L’écroulement de l’Empire romain et les invasions ont pour plusieurs siècles fait disparaître le goût de l’exotisme, mode de civilisations prospères et lasses de leur propre quotidienneté. Vers la fin du Moyen Âge, on le voit cependant réapparaître, en général comme une utilisation de thèmes ornementaux empruntés à l’art byzantin, arabe ou persan.

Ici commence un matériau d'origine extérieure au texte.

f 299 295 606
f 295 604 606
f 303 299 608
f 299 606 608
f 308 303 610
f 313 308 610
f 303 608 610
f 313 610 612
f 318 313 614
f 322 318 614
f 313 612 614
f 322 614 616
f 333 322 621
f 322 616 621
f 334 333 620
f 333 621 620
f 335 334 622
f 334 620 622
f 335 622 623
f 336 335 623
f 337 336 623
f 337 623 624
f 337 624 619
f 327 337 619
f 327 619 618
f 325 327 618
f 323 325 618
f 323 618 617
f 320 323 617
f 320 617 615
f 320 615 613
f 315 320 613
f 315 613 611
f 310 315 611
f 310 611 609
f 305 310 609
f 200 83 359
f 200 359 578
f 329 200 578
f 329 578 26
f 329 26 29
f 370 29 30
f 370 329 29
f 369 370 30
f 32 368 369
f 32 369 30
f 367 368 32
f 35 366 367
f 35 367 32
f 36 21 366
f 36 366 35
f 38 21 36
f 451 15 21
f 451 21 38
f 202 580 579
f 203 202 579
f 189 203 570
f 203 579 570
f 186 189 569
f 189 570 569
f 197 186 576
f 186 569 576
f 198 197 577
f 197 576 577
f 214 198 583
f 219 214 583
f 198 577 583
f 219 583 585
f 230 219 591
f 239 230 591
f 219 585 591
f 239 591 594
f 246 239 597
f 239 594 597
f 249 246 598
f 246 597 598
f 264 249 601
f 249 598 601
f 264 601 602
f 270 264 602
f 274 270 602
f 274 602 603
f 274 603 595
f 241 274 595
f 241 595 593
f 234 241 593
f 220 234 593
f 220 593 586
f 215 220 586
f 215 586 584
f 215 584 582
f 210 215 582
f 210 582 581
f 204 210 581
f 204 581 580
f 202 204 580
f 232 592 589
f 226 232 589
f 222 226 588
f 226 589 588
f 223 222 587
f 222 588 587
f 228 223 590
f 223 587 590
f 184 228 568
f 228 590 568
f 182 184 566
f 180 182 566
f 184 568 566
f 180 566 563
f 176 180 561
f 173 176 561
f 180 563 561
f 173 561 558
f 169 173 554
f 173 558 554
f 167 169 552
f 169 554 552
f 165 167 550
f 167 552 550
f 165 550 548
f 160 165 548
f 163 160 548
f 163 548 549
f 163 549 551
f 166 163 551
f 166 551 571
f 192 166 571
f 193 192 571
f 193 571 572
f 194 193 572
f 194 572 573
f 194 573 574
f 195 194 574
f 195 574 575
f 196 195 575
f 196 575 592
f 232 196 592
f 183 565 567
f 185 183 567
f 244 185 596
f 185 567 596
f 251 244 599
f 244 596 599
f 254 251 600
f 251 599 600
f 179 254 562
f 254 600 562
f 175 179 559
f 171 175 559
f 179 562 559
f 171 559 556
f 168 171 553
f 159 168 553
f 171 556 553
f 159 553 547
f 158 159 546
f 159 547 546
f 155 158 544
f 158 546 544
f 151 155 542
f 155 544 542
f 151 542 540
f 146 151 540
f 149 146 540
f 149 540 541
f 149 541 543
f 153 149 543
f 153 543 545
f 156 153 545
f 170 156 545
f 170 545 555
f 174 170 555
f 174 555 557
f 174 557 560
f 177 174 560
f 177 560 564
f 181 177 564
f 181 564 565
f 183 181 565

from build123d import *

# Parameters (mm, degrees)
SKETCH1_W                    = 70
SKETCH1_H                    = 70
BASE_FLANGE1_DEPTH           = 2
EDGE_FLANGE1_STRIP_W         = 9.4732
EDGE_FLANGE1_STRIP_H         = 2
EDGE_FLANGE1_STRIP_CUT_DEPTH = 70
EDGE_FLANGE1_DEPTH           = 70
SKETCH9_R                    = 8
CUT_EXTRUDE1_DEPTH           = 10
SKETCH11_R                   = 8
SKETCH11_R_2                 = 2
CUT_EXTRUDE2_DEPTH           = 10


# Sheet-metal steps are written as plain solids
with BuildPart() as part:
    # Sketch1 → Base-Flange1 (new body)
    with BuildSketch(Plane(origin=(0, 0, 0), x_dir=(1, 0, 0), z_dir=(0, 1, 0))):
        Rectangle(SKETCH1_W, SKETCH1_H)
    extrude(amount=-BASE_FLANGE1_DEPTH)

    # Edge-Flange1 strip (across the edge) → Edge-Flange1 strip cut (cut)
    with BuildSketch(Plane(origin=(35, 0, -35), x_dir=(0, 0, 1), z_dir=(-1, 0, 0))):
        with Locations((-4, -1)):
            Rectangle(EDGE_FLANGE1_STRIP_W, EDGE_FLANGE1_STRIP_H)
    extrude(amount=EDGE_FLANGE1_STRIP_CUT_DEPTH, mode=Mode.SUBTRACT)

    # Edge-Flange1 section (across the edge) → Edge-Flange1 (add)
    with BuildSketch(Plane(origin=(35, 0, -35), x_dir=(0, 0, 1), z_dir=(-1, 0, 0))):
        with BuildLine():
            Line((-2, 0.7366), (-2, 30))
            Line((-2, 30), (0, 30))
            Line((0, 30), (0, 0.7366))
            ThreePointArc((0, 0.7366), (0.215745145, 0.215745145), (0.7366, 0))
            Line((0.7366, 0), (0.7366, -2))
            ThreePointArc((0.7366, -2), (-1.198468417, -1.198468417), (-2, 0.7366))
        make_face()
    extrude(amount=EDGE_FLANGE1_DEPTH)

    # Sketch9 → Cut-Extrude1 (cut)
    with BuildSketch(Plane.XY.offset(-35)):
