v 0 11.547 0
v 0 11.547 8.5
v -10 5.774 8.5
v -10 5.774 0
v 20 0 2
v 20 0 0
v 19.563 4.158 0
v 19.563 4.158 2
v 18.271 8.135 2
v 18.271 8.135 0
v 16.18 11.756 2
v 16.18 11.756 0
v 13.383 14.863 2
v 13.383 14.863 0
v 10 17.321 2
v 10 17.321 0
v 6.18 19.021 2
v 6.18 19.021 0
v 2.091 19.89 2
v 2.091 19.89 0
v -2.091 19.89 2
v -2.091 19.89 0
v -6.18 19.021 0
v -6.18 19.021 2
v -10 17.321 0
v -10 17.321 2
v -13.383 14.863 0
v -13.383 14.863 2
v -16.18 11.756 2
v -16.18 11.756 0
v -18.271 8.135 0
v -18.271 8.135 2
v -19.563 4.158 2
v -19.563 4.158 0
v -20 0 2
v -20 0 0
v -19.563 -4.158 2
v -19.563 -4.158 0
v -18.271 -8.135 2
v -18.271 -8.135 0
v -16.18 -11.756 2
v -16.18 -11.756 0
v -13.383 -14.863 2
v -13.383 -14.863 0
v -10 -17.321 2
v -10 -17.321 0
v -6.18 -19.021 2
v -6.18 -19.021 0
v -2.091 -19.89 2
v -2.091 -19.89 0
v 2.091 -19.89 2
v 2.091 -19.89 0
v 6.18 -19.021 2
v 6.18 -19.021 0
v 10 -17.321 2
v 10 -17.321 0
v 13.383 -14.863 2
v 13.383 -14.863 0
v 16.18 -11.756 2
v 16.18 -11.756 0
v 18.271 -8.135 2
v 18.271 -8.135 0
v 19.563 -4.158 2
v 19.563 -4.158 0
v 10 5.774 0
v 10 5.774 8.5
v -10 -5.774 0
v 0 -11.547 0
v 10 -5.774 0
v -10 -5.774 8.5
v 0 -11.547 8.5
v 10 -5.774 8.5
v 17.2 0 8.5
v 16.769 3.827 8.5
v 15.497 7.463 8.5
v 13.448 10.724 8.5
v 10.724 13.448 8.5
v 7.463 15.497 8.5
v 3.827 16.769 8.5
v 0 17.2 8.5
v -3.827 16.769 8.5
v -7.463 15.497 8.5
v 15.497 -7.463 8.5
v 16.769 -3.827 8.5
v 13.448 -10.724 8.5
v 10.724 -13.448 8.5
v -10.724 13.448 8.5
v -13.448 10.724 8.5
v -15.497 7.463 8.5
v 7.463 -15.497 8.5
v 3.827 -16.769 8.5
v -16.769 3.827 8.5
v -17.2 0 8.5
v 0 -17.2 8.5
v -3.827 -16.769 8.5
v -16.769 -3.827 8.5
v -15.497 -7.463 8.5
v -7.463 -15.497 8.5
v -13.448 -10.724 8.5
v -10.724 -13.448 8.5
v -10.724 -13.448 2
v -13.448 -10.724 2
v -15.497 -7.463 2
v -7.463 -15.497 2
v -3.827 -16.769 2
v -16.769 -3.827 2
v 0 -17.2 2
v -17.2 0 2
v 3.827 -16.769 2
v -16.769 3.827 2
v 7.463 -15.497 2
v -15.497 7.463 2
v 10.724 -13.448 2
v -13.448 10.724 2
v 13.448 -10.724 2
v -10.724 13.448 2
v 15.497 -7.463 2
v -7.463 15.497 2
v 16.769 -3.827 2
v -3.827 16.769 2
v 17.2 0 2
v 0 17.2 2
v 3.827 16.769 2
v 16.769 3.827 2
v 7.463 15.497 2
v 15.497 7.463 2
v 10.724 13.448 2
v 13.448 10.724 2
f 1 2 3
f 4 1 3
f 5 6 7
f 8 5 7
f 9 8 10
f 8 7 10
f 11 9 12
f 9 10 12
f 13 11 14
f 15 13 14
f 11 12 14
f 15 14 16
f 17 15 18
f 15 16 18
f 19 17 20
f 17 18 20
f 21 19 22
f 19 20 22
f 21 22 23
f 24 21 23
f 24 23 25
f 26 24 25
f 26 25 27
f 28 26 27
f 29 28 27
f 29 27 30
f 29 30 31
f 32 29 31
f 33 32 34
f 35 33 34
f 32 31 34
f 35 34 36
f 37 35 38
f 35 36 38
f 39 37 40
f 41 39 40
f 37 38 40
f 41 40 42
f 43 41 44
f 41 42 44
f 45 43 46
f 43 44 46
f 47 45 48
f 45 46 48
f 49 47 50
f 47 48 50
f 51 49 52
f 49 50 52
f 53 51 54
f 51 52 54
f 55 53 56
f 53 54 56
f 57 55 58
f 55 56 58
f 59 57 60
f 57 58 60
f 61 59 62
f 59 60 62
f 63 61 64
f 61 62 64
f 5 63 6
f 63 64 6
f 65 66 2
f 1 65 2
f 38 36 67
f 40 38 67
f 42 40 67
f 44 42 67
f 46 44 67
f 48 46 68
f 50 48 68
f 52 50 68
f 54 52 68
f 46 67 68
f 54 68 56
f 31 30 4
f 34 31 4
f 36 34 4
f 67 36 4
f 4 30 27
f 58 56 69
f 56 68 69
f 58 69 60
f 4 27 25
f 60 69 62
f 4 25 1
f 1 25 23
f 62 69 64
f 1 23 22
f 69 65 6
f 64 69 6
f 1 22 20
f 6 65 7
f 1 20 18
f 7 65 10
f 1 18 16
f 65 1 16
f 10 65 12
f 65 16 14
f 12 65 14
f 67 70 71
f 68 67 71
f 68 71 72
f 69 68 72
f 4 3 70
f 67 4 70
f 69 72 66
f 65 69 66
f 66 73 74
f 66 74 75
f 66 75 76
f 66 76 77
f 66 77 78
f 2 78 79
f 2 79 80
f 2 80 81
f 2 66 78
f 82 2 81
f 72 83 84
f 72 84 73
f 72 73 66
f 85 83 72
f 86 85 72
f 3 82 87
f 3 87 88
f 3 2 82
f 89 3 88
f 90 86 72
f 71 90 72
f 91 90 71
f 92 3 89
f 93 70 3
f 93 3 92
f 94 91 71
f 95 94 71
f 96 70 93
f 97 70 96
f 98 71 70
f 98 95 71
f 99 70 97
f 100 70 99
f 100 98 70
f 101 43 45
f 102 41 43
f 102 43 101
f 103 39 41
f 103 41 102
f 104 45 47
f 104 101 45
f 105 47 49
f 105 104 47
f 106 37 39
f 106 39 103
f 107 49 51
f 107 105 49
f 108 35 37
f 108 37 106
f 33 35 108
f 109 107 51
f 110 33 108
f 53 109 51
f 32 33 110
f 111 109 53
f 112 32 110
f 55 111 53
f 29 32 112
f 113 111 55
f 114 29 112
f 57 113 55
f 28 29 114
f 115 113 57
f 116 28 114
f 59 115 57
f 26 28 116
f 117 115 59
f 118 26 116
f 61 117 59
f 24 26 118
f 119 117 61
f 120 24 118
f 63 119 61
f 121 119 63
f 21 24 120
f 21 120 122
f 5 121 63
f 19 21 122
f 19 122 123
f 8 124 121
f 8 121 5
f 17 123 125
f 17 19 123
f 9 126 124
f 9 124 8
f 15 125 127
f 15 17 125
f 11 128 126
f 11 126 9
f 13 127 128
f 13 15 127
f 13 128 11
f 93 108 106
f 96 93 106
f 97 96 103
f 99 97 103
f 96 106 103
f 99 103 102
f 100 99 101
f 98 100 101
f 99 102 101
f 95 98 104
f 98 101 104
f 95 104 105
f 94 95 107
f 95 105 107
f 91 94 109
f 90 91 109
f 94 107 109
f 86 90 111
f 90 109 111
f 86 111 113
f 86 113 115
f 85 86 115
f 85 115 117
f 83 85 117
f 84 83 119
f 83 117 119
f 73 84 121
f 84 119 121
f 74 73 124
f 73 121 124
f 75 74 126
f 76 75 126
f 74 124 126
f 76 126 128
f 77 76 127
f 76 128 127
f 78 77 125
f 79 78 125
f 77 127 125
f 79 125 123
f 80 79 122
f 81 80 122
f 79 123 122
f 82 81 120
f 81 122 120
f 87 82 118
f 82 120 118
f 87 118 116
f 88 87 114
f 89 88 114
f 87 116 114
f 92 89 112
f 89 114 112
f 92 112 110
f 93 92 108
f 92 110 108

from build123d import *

# Parameters (mm, degrees)
SKETCH1_R           = 20
BOSS_EXTRUDE1_DEPTH = 2
SKETCH2_R           = 17.2
BOSS_EXTRUDE2_DEPTH = 6.5
CUT_EXTRUDE1_DEPTH  = 30.533878851


with BuildPart() as part:
    # Sketch1 → Boss-Extrude1 (new body)
    with BuildSketch(Plane.XY):
        Circle(SKETCH1_R)
    extrude(amount=BOSS_EXTRUDE1_DEPTH)

    # Sketch2 → Boss-Extrude2 (add)
    with BuildSketch(Plane.XY.offset(2)):
        with Locations(Location((0, 0, 0), (0, 0, 180))):
            Circle(SKETCH2_R)
    extrude(amount=BOSS_EXTRUDE2_DEPTH)

    # Sketch3 → Cut-Extrude1 (cut, through all)
    with BuildSketch(Plane.XY.offset(8.5)):
        Polygon((0, 11.547005384), (-10, 5.773502692), (-10, -5.773502692), (0, -11.547005384), (10, -5.773502692), (10, 5.773502692), align=None)
    extrude(amount=-CUT_EXTRUDE1_DEPTH, mode=Mode.SUBTRACT)


solid = part.part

Mais, du point de vue littéraire, un texte du début du xive s., tel que le Livre de Marco Polo, relatant un voyage et un long séjour en Chine, est plutôt perçu soit comme un ensemble d’observations pratiques intéressant les découvreurs — marchands ou missionnaires —, soit comme une somme de fictions fantastiques destinées à flatter l’imagination. C’est si vrai que le livre de voyages parfaitement apocryphe rédigé quelque soixante-quinze ans plus tard par Jean de Bourgogne sous le pseudonyme de sir John Mandeville fut confondu dans le goût public avec le témoignage largement authentique de Marco Polo.

Les débuts de la découverte du Nouveau Monde ne se sont guère teintés d’exotisme. Poussés par des motivations pratiques, les découvreurs avaient plutôt tendance à projeter sur les civilisations inconnues qui leur étaient révélées des calques de leur propre civilisation, c’est-à-dire de la civilisation chrétienne occidentale, conçue jusque-là comme universelle et immuable.

Cette découverte fut pourtant le signal de ce que Paul Hazard appelle la « crise de la conscience européenne », dont le principal ressort fut le choc culturel provoqué par la double rencontre du devenir et de la différence. Le sens de l’exotisme est le corollaire du sens de l’histoire. Il apparaît chez Montaigne sous sa forme philosophique dans le chapitre des cannibales (Essais, I, 31).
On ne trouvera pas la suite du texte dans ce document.